2. Load Balancing: A good load balancing mechanism of one of the most important tenets of an effective cluster. It is imperative to equally distribute the processing load on all the nodes in the cluster. While using an external load balancer, such as a commercial one from F5 or the free Apache mod_proxy_balancer, is a viable option, it adds up to the cost of the deployment. Good load balancers (F5) easily cost a couple of thousand dollars and even the free ones (mod_proxy_balancer) require an additional dedicated machine. Some low-end load balancers don’t do anything more than a round-robin on the client requests and they perform a shallow ping on the node, only checking for the availability of the node, not of the offered service. While external load balancers are a viable option in some cases (for thin browser-based clients), for other proprietary client cases, it is better to build the load balancing in the client. Implementing a load balancing algorithm in the proprietary client gives the opportunity to determine the real-time load on the cluster, via a connection set up (or handshake) phase.
3. Handling Shared Resources: Certain resources may need to be shared across the cluster; however, they may be node-specific by nature – such as data kept in local databases, user session data, and distributed task processing data. Synchronization of this data across the cluster involves certain data replication and distributed locking mechanisms. For a cluster to perform at optimal levels, the data replication and distributed locking algorithms need to be well designed.

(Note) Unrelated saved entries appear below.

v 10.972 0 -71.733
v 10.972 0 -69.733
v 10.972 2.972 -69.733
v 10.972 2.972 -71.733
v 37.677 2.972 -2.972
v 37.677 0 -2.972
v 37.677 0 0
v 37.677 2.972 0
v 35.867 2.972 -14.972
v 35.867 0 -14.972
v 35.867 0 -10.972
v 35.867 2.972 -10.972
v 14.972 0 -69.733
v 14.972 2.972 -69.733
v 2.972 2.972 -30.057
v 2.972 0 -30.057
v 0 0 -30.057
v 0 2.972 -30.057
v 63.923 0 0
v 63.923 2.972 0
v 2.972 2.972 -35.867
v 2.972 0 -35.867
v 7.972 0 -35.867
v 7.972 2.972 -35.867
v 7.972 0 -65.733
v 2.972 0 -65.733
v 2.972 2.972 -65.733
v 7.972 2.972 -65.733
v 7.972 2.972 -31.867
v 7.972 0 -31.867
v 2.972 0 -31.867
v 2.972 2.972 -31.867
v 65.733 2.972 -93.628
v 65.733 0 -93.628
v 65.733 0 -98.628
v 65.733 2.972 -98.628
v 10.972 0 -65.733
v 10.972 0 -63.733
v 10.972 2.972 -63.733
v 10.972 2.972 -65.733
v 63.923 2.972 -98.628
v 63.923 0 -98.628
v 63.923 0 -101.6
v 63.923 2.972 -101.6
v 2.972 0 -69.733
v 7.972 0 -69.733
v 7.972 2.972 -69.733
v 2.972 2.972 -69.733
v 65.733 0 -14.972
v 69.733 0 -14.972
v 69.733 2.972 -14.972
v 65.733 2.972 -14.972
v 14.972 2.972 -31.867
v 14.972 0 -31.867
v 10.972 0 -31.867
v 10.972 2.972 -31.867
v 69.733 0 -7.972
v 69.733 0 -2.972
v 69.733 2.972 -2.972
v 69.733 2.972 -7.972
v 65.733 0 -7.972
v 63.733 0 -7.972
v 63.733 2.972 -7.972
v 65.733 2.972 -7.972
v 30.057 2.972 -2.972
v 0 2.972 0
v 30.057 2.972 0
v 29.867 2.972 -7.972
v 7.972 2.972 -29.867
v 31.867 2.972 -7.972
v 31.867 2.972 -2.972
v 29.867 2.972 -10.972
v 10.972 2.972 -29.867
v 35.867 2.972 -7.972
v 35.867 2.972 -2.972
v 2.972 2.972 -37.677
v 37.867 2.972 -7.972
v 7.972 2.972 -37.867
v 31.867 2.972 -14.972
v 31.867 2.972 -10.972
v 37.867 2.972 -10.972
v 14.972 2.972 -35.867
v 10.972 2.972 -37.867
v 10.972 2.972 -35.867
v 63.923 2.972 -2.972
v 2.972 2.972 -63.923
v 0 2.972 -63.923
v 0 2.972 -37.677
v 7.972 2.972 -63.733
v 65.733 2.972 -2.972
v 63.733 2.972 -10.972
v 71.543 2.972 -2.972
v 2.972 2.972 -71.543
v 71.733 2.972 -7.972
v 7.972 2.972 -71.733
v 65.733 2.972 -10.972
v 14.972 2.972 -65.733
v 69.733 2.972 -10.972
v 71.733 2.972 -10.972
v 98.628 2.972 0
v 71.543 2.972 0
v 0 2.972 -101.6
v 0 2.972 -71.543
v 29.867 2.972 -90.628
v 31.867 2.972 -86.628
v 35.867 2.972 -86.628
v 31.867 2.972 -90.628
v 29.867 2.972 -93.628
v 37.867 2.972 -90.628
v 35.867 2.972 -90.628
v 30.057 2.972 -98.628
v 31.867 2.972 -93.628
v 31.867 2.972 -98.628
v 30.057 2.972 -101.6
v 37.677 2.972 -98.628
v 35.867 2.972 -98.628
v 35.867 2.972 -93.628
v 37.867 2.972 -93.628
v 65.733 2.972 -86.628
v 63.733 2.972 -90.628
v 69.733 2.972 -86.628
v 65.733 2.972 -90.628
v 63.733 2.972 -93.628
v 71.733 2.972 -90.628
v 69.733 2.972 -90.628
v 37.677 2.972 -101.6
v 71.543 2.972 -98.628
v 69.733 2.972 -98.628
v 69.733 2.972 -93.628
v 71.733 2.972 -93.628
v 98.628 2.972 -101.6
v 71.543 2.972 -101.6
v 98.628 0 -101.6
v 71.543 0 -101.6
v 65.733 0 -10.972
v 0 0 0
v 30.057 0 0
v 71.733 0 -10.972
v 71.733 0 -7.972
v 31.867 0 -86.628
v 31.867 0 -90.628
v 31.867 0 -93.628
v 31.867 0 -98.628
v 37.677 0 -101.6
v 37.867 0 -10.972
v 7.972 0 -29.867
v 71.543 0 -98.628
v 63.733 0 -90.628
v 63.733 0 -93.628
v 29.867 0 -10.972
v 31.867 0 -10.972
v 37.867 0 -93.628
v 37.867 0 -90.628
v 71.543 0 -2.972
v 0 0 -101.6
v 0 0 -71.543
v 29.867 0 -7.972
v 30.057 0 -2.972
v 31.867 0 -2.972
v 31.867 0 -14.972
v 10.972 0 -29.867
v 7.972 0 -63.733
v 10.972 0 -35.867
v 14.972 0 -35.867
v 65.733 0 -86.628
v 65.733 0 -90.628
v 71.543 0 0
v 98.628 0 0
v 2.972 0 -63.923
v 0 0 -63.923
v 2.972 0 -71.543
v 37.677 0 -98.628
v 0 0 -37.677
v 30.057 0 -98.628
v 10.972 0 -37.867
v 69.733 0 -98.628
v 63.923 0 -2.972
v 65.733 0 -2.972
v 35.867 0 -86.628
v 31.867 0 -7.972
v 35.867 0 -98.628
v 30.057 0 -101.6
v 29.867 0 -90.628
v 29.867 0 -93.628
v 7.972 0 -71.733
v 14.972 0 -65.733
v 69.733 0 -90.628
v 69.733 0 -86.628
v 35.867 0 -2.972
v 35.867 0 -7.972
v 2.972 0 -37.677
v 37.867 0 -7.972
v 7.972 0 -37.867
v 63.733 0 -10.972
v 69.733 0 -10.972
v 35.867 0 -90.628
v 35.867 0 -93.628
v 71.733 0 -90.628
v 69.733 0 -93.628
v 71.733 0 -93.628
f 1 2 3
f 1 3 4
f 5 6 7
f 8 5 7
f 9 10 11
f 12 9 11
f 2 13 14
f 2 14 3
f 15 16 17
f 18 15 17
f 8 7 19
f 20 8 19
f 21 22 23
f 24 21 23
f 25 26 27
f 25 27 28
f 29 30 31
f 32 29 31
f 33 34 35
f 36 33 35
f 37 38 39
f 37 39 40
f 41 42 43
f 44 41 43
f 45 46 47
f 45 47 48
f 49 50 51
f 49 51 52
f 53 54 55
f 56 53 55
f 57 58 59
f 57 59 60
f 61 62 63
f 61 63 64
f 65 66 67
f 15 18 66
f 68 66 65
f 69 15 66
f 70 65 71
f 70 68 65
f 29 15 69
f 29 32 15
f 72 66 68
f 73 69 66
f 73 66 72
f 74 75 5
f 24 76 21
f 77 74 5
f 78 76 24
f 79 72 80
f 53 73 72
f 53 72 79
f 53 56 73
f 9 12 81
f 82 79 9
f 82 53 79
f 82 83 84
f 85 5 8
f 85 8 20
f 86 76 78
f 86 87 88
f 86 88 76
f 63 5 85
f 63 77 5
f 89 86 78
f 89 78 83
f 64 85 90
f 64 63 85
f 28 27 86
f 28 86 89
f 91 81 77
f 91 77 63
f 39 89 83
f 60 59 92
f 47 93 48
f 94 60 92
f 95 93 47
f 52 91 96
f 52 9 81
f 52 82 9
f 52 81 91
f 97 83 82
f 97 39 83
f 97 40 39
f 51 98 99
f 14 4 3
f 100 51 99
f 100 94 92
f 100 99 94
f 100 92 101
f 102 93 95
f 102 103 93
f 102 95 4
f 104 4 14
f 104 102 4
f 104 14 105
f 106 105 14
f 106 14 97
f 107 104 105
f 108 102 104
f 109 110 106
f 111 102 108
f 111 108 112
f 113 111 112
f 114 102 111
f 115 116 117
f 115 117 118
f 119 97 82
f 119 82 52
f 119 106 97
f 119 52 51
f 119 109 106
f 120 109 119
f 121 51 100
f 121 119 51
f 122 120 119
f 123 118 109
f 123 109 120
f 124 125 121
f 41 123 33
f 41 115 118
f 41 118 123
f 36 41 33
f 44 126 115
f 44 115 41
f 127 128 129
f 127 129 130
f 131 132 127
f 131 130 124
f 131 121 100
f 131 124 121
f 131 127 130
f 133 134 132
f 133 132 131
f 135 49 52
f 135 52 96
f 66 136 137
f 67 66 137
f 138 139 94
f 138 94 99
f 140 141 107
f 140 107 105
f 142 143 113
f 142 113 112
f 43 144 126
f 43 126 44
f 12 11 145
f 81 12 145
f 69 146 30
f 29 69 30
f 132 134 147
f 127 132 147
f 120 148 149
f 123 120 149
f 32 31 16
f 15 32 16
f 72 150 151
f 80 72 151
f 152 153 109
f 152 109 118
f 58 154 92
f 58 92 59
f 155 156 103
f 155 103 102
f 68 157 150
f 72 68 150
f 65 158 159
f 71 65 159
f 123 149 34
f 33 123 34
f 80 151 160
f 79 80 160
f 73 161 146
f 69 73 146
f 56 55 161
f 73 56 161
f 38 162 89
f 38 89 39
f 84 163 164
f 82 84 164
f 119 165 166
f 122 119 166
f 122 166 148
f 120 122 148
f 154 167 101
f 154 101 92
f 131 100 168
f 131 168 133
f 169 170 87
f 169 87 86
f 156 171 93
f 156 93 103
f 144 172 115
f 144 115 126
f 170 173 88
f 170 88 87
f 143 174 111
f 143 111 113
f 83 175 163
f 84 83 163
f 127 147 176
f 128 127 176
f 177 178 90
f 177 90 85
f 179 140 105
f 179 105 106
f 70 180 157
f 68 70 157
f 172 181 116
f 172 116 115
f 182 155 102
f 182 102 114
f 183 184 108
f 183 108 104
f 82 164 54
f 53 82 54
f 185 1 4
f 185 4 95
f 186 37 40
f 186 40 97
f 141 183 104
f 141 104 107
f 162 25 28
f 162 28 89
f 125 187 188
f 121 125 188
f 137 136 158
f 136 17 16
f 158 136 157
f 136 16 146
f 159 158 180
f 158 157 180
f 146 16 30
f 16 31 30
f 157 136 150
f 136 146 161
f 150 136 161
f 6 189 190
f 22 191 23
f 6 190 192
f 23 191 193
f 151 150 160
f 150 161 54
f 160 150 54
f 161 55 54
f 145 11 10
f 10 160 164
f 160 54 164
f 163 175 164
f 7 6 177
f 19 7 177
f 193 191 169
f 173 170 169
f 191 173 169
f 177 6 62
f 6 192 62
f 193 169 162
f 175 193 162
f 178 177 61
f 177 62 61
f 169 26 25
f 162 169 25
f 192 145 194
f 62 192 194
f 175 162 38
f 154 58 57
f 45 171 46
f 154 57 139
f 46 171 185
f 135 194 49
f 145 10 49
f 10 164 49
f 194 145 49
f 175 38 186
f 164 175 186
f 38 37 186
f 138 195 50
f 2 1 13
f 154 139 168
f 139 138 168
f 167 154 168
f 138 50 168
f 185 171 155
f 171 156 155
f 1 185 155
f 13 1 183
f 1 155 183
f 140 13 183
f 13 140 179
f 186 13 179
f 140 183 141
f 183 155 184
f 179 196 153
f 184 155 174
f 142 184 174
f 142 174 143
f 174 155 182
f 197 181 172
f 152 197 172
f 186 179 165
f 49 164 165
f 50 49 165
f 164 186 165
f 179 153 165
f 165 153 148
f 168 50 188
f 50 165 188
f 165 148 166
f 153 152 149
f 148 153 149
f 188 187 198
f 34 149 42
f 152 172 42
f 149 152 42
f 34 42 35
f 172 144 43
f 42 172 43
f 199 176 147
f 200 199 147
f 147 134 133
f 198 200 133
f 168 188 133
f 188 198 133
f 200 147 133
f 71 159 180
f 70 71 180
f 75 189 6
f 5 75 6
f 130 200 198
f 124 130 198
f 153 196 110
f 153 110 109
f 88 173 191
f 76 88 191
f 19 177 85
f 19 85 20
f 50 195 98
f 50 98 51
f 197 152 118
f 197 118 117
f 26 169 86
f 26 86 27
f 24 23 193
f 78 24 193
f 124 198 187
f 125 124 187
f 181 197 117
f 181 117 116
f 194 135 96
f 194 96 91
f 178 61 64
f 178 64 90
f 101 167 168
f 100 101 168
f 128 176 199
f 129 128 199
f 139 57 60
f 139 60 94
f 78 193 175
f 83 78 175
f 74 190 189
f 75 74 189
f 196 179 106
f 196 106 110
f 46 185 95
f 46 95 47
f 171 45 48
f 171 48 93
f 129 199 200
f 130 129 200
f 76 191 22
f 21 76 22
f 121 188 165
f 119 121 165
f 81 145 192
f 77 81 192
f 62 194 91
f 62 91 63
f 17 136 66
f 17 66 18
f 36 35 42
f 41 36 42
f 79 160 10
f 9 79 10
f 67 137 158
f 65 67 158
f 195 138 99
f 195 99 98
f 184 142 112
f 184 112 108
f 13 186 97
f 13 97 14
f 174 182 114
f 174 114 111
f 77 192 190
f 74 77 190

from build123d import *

# Parameters (mm, degrees)
SKETCH_1_W            = 101.6
SKETCH_1_H            = 101.6
EXTRUDE_1_DEPTH       = 2.9718
CUT_EXTRUDE_1_DEPTH   = 144.714827333
MIRROR_2_COPY_1_DEPTH = 144.714827333
CUT_EXTRUDE_3_DEPTH   = 144.714827333
SKETCH_2_W            = 101.6
SKETCH_2_H            = 2.9718
CUT_EXTRUDE_4_DEPTH   = 2.9718


with BuildPart() as part:
    # 草图1 → 凸台-拉伸1 (new body)
    with BuildSketch(Plane(origin=(0, 0, 0), x_dir=(1, 0, 0), z_dir=(0, 1, 0))):
        with Locations((50.8, 50.8)):
            Rectangle(SKETCH_1_W, SKETCH_1_H)
    extrude(amount=EXTRUDE_1_DEPTH)

    # 草图1<3> → 切除-拉伸1 (cut, through all)
    with BuildSketch(Plane(origin=(0, 0, 0), x_dir=(1, 0, 0), z_dir=(0, 1, 0))):
        Polygon((37.676666667, 98.6282), (37.676666667, 101.6), (30.056666667, 101.6), (30.056666667, 98.6282), (31.866666667, 98.6282), (31.866666667, 93.6282), (29.866666667, 93.6282), (29.866666667, 90.6282), (31.866666667, 90.6282), (31.866666667, 86.6282), (35.866666667, 86.6282), (35.866666667, 90.6282), (37.866666667, 90.6282), (37.866666667, 93.6282), (35.866666667, 93.6282), (35.866666667, 98.6282), align=None)
    cut_extrude_1 = extrude(amount=CUT_EXTRUDE_1_DEPTH, mode=Mode.SUBTRACT)

    # 镜向1: 切除-拉伸1 across plane
    add(cut_extrude_1.mirror(Plane(origin=(0, 0, -50.8), x_dir=(1, 0, 0), z_dir=(0, 0, -1))), mode=Mode.SUBTRACT)

    # 镜向2: 切除-拉伸1 across plane
    add(cut_extrude_1.mirror(Plane(origin=(50.8, 0, 0), x_dir=(0, 0, 1), z_dir=(1, 0, 0))), mode=Mode.SUBTRACT)

    # 镜向2 copy 1 sketch → 镜向2 copy 1 (cut, through all)
    with BuildSketch(Plane(origin=(101.6, 0, -101.6), x_dir=(-1, 0, 0), z_dir=(0, 1, 0))):
        Polygon((37.676666667, 98.6282), (37.676666667, 101.6), (30.056666667, 101.6), (30.056666667, 98.6282), (31.866666667, 98.6282), (31.866666667, 93.6282), (29.866666667, 93.6282), (29.866666667, 90.6282), (31.866666667, 90.6282), (31.866666667, 86.6282), (35.866666667, 86.6282), (35.866666667, 90.6282), (37.866666667, 90.6282), (37.866666667, 93.6282), (35.866666667, 93.6282), (35.866666667, 98.6282), align=None)
    extrude(amount=MIRROR_2_COPY_1_DEPTH, mode=Mode.SUBTRACT)

    # 草图1<4> → 切除-拉伸3 (cut, through all)
    with BuildSketch(Plane(origin=(0, 0, 0), x_dir=(1, 0, 0), z_dir=(0, 1, 0))):
        Polygon((0, 71.543333333), (0, 63.923333333), (2.9718, 63.923333333), (2.9718, 65.733333333), (7.9718, 65.733333333), (7.9718, 63.733333333), (10.9718, 63.733333333), (10.9718, 65.733333333), (14.9718, 65.733333333), (14.9718, 69.733333333), (10.9718, 69.733333333), (10.9718, 71.733333333), (7.9718, 71.733333333), (7.9718, 69.733333333), (2.9718, 69.733333333), (2.9718, 71.543333333), align=None)
    cut_extrude_3 = extrude(amount=CUT_EXTRUDE_3_DEPTH, mode=Mode.SUBTRACT)

    # 镜向3: 切除-拉伸3 across plane
    add(cut_extrude_3.mirror(Plane(origin=(0, 0, -50.8), x_dir=(1, 0, 0), z_dir=(0, 0, -1))), mode=Mode.SUBTRACT)

    # 草图2 → 切除-拉伸4 (cut)
    with BuildSketch(Plane(origin=(101.6, 0, 0), x_dir=(0, 0, -1), z_dir=(1, 0, 0))):
        with Locations((50.8, 1.4859)):
            Rectangle(SKETCH_2_W, SKETCH_2_H)
    extrude(amount=-CUT_EXTRUDE_4_DEPTH, mode=Mode.SUBTRACT)


solid = part.part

4. Continuous Monitoring: A given node in the cluster should be aware of the state of the other nodes in the cluster. This may be achieved using a heartbeat mechanism, where periodic ping messages are exchanged between the various nodes in the cluster. In the event of a node being down, other members of the cluster may attempt to restart it and even temporarily redistribute the load of the failed node among them.
By meticulously handling these clustering considerations, we can hope to receive some of the tangible benefits of an effective clustering solution.